- [Exercise prompt] Quote exactly and only this range of lines in the data below: the line that holds "#43=DIRECTION('',(0.,0.,-1.));" to the line that holds "END-ISO-10303-21;", both included.

- [Provided data]

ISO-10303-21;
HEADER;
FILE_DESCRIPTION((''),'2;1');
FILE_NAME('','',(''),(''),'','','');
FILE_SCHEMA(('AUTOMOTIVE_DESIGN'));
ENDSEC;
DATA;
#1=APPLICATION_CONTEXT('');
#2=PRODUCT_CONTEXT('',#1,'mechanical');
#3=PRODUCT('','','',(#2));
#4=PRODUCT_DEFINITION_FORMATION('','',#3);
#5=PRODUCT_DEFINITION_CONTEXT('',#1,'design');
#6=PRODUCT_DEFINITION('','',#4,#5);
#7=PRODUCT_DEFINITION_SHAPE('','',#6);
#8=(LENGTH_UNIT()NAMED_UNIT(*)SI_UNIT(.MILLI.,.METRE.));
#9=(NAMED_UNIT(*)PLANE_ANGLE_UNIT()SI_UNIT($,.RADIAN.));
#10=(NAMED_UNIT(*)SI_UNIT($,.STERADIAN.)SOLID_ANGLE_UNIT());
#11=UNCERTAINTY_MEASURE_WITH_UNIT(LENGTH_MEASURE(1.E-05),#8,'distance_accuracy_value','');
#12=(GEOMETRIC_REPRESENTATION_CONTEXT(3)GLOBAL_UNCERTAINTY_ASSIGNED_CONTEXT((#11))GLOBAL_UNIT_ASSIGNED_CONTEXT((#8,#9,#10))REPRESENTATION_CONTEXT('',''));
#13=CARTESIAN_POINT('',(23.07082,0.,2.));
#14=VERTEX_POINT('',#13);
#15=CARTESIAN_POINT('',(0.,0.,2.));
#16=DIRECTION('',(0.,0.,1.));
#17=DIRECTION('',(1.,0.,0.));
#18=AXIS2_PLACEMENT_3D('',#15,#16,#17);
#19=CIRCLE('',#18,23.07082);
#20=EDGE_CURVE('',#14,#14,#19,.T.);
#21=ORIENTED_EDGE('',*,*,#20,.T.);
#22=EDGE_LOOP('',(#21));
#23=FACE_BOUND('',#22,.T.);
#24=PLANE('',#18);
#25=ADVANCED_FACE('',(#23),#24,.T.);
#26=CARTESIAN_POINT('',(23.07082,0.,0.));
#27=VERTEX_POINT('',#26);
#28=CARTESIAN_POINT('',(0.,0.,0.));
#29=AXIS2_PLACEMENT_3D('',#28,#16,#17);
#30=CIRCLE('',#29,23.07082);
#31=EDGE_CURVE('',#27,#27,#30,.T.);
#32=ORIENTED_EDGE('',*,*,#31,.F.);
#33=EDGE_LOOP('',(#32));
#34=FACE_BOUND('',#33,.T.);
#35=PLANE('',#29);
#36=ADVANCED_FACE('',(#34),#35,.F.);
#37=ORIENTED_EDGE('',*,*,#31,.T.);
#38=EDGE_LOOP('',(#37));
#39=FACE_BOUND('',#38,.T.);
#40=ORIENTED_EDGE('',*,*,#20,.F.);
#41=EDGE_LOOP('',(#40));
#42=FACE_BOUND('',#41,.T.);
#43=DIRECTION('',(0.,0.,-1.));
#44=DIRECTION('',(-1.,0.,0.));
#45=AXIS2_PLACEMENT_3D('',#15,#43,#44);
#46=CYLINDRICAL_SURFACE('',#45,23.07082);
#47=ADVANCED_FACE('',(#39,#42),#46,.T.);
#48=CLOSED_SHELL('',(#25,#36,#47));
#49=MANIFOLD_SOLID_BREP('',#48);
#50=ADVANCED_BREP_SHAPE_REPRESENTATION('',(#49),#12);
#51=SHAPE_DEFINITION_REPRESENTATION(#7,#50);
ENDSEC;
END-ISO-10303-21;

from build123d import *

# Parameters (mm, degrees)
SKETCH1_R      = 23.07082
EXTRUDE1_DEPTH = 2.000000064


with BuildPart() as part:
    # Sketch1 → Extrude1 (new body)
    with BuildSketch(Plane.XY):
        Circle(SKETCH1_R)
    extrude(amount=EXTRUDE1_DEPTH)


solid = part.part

- [Answer box]
#43=DIRECTION('',(0.,0.,-1.));
#44=DIRECTION('',(-1.,0.,0.));
#45=AXIS2_PLACEMENT_3D('',#15,#43,#44);
#46=CYLINDRICAL_SURFACE('',#45,23.07082);
#47=ADVANCED_FACE('',(#39,#42),#46,.T.);
#48=CLOSED_SHELL('',(#25,#36,#47));
#49=MANIFOLD_SOLID_BREP('',#48);
#50=ADVANCED_BREP_SHAPE_REPRESENTATION('',(#49),#12);
#51=SHAPE_DEFINITION_REPRESENTATION(#7,#50);
ENDSEC;
END-ISO-10303-21;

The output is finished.